So for a long time, I only shot with jpeg. I was very pleased with my photos, especially compared to my old point-and-shoot. I sometimes did adjustments to lighten or darken areas of my pictures, or add more saturation here or there. You can only do so much before you start to notice a lot more grain, or loss of detail. Some things you just can’t fix – like blown (completely white) skies.

I’m not sure what prompted me to finally try raw. Maybe I was just feeling adventurous that day. Anyway, I set my camera to raw, and of course it makes no real difference when shooting. When I got home, and transferred the images to my computer, it took a lot longer. When I took my first look at the pictures I was disappointed. They were okay, but not great – my foray into raw didn’t leave me impressed. They all seemed too dark, or too light, and all of them seemed pretty flat. The next morning I looked at the pictures again, and I thought I’d see what I could do with them in Photoshop (I didn’t really know about Adobe Camera Raw at that point). When they opened in ACR I tried fiddling with some of the settings. This is when a whole new world opened before me (okay that’s a little over-dramatic). The range of developing I could do without any loss in quality amazed me. I could get detail out of areas that looked black. I could get blues out of overexposed skies. Raw is no substitute for properly exposing photos of course, but when there is a large difference between the exposures for different parts of the image, raw can help immensely.

So I was impressed, but there’s still the problem of editing any photo you’re interested in in ACR or other software. However, now that I’m using Adobe Lightroom it is very easy. You can batch develop photos you import, and it’s very easy to switch between viewing all your pictures and making a few quick adjustments.

With the right software, raw is definitely the way to go. You get more dynamic range in your photos, and adjustments don’t cause any loss of image quality. Files are significantly larger than jpeg, so you do have to have larger memory cards and hard drives, but the difference in quality of the final image is easily worth any extra hassle.

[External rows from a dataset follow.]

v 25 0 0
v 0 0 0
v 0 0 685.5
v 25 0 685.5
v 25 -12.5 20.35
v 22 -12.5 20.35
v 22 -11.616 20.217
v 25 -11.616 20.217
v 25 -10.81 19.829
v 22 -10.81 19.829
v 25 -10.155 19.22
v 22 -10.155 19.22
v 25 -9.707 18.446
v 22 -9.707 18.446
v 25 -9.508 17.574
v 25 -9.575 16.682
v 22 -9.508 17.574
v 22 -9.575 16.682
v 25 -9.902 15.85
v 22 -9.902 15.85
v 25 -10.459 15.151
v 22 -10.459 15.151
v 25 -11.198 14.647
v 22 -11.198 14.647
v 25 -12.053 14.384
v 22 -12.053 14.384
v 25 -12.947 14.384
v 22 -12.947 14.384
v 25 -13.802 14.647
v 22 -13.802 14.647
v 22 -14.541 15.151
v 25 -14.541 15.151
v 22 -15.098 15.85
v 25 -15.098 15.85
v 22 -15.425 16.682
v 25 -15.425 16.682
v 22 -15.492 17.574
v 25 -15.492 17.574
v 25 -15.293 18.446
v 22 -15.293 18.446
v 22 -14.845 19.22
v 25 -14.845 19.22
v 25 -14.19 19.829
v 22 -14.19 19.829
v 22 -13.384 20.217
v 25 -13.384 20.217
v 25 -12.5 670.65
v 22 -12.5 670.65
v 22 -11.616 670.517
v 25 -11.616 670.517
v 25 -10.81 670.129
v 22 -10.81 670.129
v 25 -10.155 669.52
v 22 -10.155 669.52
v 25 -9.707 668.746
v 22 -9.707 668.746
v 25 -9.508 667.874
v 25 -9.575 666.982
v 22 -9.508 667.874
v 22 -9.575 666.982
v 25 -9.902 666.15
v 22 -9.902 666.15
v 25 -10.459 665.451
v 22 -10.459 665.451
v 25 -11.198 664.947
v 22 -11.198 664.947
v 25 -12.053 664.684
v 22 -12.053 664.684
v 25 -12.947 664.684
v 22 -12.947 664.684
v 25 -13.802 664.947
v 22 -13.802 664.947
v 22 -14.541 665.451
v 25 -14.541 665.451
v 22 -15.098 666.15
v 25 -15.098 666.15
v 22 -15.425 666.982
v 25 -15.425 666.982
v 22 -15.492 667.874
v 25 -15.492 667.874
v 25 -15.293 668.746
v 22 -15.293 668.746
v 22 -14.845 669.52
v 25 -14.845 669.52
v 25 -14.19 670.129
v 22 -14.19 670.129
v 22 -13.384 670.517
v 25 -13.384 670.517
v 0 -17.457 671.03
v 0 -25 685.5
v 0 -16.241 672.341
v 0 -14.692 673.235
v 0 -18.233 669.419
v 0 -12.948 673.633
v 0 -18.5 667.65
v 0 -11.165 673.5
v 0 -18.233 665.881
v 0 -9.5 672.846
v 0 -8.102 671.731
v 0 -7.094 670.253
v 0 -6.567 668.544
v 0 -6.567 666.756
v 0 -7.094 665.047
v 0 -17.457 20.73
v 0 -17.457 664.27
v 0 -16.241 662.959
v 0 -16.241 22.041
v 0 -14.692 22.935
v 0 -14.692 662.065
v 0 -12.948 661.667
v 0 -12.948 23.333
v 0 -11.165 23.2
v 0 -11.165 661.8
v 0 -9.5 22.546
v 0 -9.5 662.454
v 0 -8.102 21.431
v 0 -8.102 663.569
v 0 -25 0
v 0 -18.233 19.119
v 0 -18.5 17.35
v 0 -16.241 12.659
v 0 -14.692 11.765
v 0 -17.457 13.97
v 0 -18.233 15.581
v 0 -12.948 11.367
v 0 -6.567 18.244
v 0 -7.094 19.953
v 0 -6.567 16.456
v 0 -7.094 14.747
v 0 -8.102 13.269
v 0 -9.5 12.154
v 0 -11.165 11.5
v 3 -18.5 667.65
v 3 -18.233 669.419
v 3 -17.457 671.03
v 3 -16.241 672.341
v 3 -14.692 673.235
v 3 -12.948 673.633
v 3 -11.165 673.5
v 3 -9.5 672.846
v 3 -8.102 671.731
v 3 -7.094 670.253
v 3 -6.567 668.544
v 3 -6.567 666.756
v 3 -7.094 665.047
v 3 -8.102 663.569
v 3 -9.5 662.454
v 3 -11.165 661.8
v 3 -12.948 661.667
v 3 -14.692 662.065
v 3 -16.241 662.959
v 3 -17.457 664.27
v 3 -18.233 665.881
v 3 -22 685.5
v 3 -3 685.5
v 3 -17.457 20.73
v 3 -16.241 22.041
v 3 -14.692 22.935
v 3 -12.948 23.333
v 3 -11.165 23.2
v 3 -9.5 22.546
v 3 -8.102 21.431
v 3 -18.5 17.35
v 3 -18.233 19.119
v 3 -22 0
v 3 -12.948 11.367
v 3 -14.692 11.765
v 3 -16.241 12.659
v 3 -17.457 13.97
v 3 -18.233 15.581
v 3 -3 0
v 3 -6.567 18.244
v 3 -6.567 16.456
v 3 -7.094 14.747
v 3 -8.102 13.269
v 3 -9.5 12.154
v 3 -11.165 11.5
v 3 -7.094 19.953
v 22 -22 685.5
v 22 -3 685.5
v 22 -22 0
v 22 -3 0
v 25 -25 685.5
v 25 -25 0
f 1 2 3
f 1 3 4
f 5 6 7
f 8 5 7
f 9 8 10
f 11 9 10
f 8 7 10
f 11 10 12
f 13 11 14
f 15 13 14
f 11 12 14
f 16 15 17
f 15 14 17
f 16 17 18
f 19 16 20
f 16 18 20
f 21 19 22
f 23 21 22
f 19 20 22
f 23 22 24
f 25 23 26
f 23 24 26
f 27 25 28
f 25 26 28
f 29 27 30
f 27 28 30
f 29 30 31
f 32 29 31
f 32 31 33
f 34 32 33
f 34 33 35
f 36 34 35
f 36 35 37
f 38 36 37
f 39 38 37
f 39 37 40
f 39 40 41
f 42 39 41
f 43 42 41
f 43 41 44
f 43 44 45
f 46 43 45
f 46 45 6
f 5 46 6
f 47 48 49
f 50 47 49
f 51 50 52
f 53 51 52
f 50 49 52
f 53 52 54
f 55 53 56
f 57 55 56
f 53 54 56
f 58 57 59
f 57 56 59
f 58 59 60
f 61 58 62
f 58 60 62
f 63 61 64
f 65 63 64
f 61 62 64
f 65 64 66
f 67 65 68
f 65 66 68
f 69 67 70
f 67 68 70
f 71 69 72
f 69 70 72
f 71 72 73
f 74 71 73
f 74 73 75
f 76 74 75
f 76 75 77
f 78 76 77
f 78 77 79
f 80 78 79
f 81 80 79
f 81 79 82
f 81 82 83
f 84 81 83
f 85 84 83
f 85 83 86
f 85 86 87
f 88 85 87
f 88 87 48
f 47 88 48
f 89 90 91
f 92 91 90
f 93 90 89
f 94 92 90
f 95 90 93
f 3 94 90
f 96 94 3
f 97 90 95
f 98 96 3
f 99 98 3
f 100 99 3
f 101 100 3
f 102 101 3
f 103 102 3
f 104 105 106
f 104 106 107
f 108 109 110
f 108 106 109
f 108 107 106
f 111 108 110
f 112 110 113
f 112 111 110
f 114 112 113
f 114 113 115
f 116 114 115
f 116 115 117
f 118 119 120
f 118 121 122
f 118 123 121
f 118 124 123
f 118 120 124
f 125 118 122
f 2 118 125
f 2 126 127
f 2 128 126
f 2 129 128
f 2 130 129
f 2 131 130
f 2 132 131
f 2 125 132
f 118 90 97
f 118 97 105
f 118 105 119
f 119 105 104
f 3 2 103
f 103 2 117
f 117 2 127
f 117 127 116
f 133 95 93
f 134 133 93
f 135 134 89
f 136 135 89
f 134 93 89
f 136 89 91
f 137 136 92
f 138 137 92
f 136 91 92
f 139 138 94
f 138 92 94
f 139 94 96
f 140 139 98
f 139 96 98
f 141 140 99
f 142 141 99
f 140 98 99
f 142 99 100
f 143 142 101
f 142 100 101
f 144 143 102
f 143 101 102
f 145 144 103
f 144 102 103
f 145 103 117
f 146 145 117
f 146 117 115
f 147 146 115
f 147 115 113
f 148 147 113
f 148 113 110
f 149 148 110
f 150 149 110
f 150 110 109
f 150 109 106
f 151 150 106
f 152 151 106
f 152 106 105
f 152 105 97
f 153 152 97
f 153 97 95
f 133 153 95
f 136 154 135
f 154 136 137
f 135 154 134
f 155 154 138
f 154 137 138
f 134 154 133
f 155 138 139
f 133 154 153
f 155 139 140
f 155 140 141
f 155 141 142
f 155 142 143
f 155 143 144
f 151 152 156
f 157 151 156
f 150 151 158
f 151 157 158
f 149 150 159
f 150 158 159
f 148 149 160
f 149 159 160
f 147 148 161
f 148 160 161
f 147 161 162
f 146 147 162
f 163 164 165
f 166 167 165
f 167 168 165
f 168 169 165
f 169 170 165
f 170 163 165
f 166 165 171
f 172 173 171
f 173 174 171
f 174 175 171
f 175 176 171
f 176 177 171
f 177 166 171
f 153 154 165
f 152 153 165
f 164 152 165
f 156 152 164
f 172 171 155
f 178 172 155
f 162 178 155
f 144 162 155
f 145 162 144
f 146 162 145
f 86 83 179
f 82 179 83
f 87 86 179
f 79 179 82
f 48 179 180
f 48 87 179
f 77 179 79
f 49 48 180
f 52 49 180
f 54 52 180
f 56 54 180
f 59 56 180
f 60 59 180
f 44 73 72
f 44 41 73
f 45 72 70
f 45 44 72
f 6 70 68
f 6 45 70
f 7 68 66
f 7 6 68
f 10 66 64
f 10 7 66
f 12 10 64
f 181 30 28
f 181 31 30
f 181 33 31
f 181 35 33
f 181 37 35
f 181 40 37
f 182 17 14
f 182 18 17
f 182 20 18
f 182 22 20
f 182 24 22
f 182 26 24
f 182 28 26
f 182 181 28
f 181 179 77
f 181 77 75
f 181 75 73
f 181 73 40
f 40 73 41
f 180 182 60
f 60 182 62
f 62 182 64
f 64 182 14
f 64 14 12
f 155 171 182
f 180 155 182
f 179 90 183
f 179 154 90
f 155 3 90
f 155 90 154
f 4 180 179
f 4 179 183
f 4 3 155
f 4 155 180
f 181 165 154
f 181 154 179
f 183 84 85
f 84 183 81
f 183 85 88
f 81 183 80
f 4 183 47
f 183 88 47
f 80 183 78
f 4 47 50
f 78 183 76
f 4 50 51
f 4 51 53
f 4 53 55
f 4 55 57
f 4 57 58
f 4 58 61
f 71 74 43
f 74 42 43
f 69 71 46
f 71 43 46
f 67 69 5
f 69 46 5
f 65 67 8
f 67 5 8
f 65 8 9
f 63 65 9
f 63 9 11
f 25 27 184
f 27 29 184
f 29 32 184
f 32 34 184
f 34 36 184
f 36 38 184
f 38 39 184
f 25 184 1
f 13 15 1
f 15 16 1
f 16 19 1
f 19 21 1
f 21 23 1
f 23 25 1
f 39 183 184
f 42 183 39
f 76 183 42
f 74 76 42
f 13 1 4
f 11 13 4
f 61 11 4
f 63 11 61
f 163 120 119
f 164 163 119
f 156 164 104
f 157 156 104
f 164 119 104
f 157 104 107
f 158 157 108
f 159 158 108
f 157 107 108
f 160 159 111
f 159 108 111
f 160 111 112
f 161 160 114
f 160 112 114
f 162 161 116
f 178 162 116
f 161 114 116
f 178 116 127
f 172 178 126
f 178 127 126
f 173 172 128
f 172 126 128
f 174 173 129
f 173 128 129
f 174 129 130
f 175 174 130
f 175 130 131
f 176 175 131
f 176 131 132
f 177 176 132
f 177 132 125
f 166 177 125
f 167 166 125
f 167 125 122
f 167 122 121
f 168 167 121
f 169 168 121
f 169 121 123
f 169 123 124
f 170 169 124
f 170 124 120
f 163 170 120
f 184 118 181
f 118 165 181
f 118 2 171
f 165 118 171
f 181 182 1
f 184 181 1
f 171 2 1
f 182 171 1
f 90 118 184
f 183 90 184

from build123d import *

# Parameters (mm, degrees)
SKETCH_1_W             = 25
SKETCH_1_H             = 25
SKETCH_1_W_2           = 19
SKETCH_1_H_2           = 19
EXTRUDE_1_DEPTH        = 685.5
HOLE_WIZARD_6_0_6_1_D  = 6
CUT_EXTRUDE_1_REACH    = 688.411
SKETCH_5_R             = 6
PATTERN_LINEAR_1_COUNT = 2
PATTERN_LINEAR_1_PITCH = 650.3


with BuildPart() as part:
    # 草图1 → 拉伸1 (new body)
    with BuildSketch(Plane.XY):
        with Locations((12.5, -12.5)):
            Rectangle(SKETCH_1_W, SKETCH_1_H)
        with Locations((12.5, -12.5)):
            Rectangle(SKETCH_1_W_2, SKETCH_1_H_2, mode=Mode.SUBTRACT)
    extrude(amount=EXTRUDE_1_DEPTH)

    # Ø6.0 (6) 直径孔1 (through all)
    with Locations(Plane(origin=(25, 0, 0), x_dir=(0, 0, -1), z_dir=(1, 0, 0))):
        with Locations((-667.65, -12.5)):
            hole_wizard_6_0_6_1 = Hole(HOLE_WIZARD_6_0_6_1_D / 2)

    # 草图5 → 切除-拉伸1 (cut, up to next)
    with BuildSketch(Plane.ZY, mode=Mode.PRIVATE) as cut_extrude_1_sk1:
        with Locations(Location((667.65, -12.5, 0), (0, 0, 270))):
            Circle(SKETCH_5_R)
    cut_extrude_1_tool1 = extrude(cut_extrude_1_sk1.sketch, amount=-CUT_EXTRUDE_1_REACH, mode=Mode.PRIVATE) & part.part
    cut_extrude_1 = cut_extrude_1_tool1.solids().sort_by_distance((0, -12.5, 667.65))[0]
    add(cut_extrude_1, mode=Mode.SUBTRACT)

    # 阵列(线性)1: Ø6.0 (6) 直径孔1, 切除-拉伸1 ×2
    with Locations(*[(0, 0, -i * PATTERN_LINEAR_1_PITCH) for i in range(1, PATTERN_LINEAR_1_COUNT)]):
        add(hole_wizard_6_0_6_1, mode=Mode.SUBTRACT)
        add(cut_extrude_1, mode=Mode.SUBTRACT)


solid = part.part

What to do with all those photos.

I wanted to like Aperture. I really did. I was getting a laptop so I could take it with me on trips to download photos from my camera. I like apple’s products in general, and I was getting excited about Aperture, so I decided on a Macbook Pro. Apparently Aperture doesn’t run very well on plain old macbooks – the graphics card isn’t good enough. So I lay down the extra cash for the pro, take it home, and start setting everything up. I install the Aperture trial, and start importing my pictures … and continue importing my pictures … for hours … for a couple days. Eventually I switched to Lightroom and I got all set up in a day. Below is a bit of a review.

Lightroom seems to a little faster and simpler than Aperture, and still does almost (give me stacks!) everything that I would want. With Aperture I would often get the dreaded beachball cursor. Now this is a fast computer – a high-end Macbook Pro (2.33Ghz Core 2 Duo with 2GB ram). This should not happen. But with Lightroom, even browsing my whole collection is fairly speedy, and I rarely get the spinning cursor.

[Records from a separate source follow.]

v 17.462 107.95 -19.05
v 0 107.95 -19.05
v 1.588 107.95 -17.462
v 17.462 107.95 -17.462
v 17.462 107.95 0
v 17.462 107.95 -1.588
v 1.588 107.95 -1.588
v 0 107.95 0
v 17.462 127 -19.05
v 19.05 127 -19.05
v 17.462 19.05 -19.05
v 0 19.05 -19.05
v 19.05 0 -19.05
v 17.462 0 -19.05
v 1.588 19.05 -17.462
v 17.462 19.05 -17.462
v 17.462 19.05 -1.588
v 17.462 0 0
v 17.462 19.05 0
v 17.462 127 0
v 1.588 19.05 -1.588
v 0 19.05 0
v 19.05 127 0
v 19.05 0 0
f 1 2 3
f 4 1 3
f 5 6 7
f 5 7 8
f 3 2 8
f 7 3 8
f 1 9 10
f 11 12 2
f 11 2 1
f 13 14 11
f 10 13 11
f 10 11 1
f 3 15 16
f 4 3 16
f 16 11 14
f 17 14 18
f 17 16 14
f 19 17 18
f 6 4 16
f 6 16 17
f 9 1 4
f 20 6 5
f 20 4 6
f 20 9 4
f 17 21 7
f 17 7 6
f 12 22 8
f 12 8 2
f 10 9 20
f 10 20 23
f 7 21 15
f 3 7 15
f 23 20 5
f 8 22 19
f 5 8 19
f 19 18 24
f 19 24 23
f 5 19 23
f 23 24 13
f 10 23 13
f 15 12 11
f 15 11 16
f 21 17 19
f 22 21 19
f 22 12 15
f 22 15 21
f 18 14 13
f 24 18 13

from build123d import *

# Parameters (mm, degrees)
SKETCH1_W           = 19.05
SKETCH1_H           = 19.05
SKETCH1_W_2         = 15.875
SKETCH1_H_2         = 15.875
EXTRUDE_THIN1_DEPTH = 127
SKETCH2_W           = 19.05
SKETCH2_H           = 19.05
CUT_EXTRUDE1_DEPTH  = 17.4625
SKETCH3_W           = 19.05
SKETCH3_H           = 19.05
CUT_EXTRUDE2_DEPTH  = 17.4625


with BuildPart() as part:
    # Sketch1 → Extrude-Thin1 (new body)
    with BuildSketch(Plane(origin=(0, 0, 0), x_dir=(1, 0, 0), z_dir=(0, 1, 0))):
        with Locations((9.525, 9.525)):
            Rectangle(SKETCH1_W, SKETCH1_H)
        with Locations((9.525, 9.525)):
            Rectangle(SKETCH1_W_2, SKETCH1_H_2, mode=Mode.SUBTRACT)
    extrude(amount=EXTRUDE_THIN1_DEPTH)

    # Sketch2 → Cut-Extrude1 (cut)
    with BuildSketch(Plane.ZY):
        with Locations((-9.525, 9.525)):
            Rectangle(SKETCH2_W, SKETCH2_H)
    extrude(amount=-CUT_EXTRUDE1_DEPTH, mode=Mode.SUBTRACT)

    # Sketch3 → Cut-Extrude2 (cut)
    with BuildSketch(Plane.ZY):
        with Locations((-9.525, 117.475)):
            Rectangle(SKETCH3_W, SKETCH3_H)
    extrude(amount=-CUT_EXTRUDE2_DEPTH, mode=Mode.SUBTRACT)


solid = part.part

For image editing, Lightroom has very detailed non-destructive adjustments, just like Aperture, but it seems to me that images can be improved dramatically much quicker than aperture by just using the “Basic” controls on the right side. (vibrance is a beautiful control – I don’t think Aperture has an equivalent). I was never able to get results I was really happy with in aperture. In lightroom I can usually do all the color adjustment I want with the white balance controls, “Recovery”, “Fill LIght”, “Blacks” and “Vibrance”. Of course there are lots of more detailed controls for more fine-grained control which is occasionally needed. Cropping, straightening, spotting are all simple and intuitive in both programs.

The one thing I miss from Aperture is stacks, which groups a bunch of photos, and only shows the best one of a group. Similar results can be achieved with stars and flags in lightroom, but it’s not the same and it takes a bit more work.
Somehow I overlooked this in Lightroom. Both programs have stacks. You can either stack automatically by capture time or you can assign stacks manually.

Aperture is also better for dual monitors, with flexible display settings. Lightroom doesn’t work on dual monitors yet, but the fullscreen mode (press f) in Lightroom is really nice, with the pop-out panels.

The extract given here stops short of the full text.